Sweating is a good way to detox, is it a myth about body odor?
According to dermatologists, sweating is not a way to detox the body. Sweating has two types, one that comes from eccrine glands, which is found everywhere and helps with thermoregulation, and the other one is apocrine glands, which are found in areas such as underarms, groin, chest, and are associated with being smelly. The actual sweat from apocrine glands does not smell; it’s the bacteria in those areas that use what the gland produces as food, which results in body odor. While there are benefits to sweating, such as cooling down the body during a workout or overheating, it doesn’t have any detoxifying properties.
Body odor is a natural part of life, but it can be embarrassing and socially isolating if not managed properly. Unfortunately, there are many misconceptions about body odor that can make it harder to tackle this problem. In this article, we’ll explore some of the most common body odor myths and debunk them with facts and science.
Myth about body order:
- Sweat is the Only Cause of Body Odor One of the biggest myths about body odor is that sweat is the only cause. While sweat does play a role in body odor, it’s not the only factor. In fact, sweat itself is actually odorless. The smell comes from bacteria that break down the sweat on your skin. So, even if you shower frequently, you may still experience body odor if you have an overgrowth of bacteria on your skin.
- Deodorant and Antiperspirant are the Same Thing Many people use the terms “deodorant” and “antiperspirant” interchangeably, but they’re not the same thing. Deodorant is designed to mask body odor, while antiperspirant is designed to reduce sweat. Some products combine both deodorant and antiperspirant in one formula, but it’s important to understand the difference between the two.

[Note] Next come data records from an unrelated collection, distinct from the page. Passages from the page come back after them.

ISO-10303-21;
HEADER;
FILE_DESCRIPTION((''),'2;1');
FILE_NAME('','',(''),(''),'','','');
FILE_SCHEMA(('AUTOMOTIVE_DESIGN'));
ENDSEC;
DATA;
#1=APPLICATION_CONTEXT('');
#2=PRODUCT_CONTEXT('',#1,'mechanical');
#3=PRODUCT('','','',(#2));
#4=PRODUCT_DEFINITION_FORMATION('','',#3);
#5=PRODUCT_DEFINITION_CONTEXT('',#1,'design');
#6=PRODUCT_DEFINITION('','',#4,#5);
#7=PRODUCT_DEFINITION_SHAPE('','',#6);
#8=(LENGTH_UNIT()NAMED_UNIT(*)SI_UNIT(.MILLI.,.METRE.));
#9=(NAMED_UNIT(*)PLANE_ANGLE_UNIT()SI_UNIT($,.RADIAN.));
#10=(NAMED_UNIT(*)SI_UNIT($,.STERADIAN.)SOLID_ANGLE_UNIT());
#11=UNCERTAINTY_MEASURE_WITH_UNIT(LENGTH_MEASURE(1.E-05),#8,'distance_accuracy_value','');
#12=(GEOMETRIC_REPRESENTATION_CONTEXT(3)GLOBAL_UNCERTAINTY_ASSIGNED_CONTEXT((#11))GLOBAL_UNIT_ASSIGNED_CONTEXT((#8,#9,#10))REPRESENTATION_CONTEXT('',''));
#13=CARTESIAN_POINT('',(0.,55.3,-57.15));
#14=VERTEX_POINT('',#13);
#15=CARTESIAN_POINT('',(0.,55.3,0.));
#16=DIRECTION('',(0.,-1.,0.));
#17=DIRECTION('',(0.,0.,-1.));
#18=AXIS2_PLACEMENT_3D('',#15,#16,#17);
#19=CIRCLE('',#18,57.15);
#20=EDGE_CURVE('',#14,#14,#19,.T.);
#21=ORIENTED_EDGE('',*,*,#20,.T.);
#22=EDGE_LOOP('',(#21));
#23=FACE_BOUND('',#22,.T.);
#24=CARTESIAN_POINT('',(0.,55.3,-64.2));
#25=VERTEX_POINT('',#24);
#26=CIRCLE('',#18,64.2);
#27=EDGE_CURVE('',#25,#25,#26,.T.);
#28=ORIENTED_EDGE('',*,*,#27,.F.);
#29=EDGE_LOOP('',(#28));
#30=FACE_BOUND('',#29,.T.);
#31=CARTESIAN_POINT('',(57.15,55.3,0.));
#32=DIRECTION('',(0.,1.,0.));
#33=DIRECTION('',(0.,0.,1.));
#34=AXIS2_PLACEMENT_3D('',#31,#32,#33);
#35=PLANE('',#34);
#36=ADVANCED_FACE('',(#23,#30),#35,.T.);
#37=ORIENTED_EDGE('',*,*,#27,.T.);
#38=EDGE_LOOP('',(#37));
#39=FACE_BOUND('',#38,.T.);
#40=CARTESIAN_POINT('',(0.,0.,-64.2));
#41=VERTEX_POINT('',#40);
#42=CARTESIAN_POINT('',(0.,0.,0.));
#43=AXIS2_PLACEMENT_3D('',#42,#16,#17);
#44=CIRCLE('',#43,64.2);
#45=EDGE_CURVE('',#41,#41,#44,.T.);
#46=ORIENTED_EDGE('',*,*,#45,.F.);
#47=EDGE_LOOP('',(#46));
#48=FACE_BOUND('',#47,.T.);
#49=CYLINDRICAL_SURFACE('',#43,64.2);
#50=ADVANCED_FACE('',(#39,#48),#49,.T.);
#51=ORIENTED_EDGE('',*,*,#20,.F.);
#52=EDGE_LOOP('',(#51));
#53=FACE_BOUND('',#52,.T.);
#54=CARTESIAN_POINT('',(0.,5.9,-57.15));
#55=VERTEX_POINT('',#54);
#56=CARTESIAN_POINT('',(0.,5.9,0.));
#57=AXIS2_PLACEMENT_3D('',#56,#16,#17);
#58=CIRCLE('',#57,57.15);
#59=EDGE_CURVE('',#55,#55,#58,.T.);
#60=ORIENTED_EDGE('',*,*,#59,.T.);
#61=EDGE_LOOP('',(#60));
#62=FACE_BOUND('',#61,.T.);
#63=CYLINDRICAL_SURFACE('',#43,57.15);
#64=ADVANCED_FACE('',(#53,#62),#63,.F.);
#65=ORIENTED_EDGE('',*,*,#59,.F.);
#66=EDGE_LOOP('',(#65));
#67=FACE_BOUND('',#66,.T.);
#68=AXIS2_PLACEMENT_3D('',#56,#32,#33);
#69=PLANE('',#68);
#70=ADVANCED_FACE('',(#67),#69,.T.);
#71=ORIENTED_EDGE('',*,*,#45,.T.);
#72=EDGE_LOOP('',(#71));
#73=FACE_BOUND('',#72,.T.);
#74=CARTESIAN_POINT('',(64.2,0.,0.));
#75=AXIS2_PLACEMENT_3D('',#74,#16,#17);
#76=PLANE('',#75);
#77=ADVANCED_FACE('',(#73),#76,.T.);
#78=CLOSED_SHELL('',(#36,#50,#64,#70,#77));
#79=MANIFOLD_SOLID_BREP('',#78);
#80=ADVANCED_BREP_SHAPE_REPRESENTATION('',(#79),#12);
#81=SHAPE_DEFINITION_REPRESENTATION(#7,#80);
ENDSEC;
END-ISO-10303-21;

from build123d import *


with BuildPart() as part:
    # Sketch1 → Revolve1 (revolve)
    with BuildSketch(Plane.XY, mode=Mode.PRIVATE) as revolve1_sk:
        Polygon((0, 0), (0, 5.9), (57.15, 5.9), (57.15, 55.3), (64.2, 55.3), (64.2, 0), align=None)
    revolve(revolve1_sk.sketch.rotate(Axis((0, 0, 0), (0, 1, 0)), 90), axis=Axis((0, 0, 0), (0, 1, 0)))


solid = part.part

- Natural Remedies are Always Better Natural remedies like tea tree oil and coconut oil have become popular solutions for body odor, but they’re not always the best option. While these remedies may work for some people, they’re not as effective as clinical-strength products. In addition, some natural remedies can actually irritate the skin, making body odor worse.
- Body Odor is a Sign of Poor Hygiene While poor hygiene can contribute to body odor, it’s not always the cause. Some people are simply more prone to body odor due to genetics, hormonal changes, or medical conditions. It’s important to practice good hygiene habits, but it’s also important to understand that body odor can be a complex issue.
The dermatologists debunked several myths about body odor:
- “Sweat is smelly.” This is false. The sweat from the eccrine glands, which are located everywhere in the body, does not smell. The smell comes from the apocrine glands found in areas like the underarms and groin. The bacteria in those areas use the sweat from the apocrine glands as food, and the byproduct of that process smells stinky.
- “Everyone’s armpits stink.” This is a myth. There’s a special mutation in the ABCC11 gene that 2% of the population has, which makes their armpits not smell.
- “Smelly foods only affect your breath.” This is false. What you eat can affect your body odor. If your body is not producing at an optimal level, it will show you, and you will smell it. There are also certain medical conditions that can cause excessive odor.
- “Smelly feet mean bad hygiene.” This is incorrect. Smelly feet means smelly feet, and it doesn’t necessarily mean bad hygiene. The feet are a unique area with a high concentration of sweat glands and are prone to producing a smell due to the moist environment that is perfect for breeding bacteria and yeast. Washing the feet with antibacterial soap and wearing cotton socks can help reduce odor.
- “Your signature scent never changes.” This is incorrect. Our hormones, microenvironment, diets, and other factors can affect how we smell, and our signature scent can change as we age.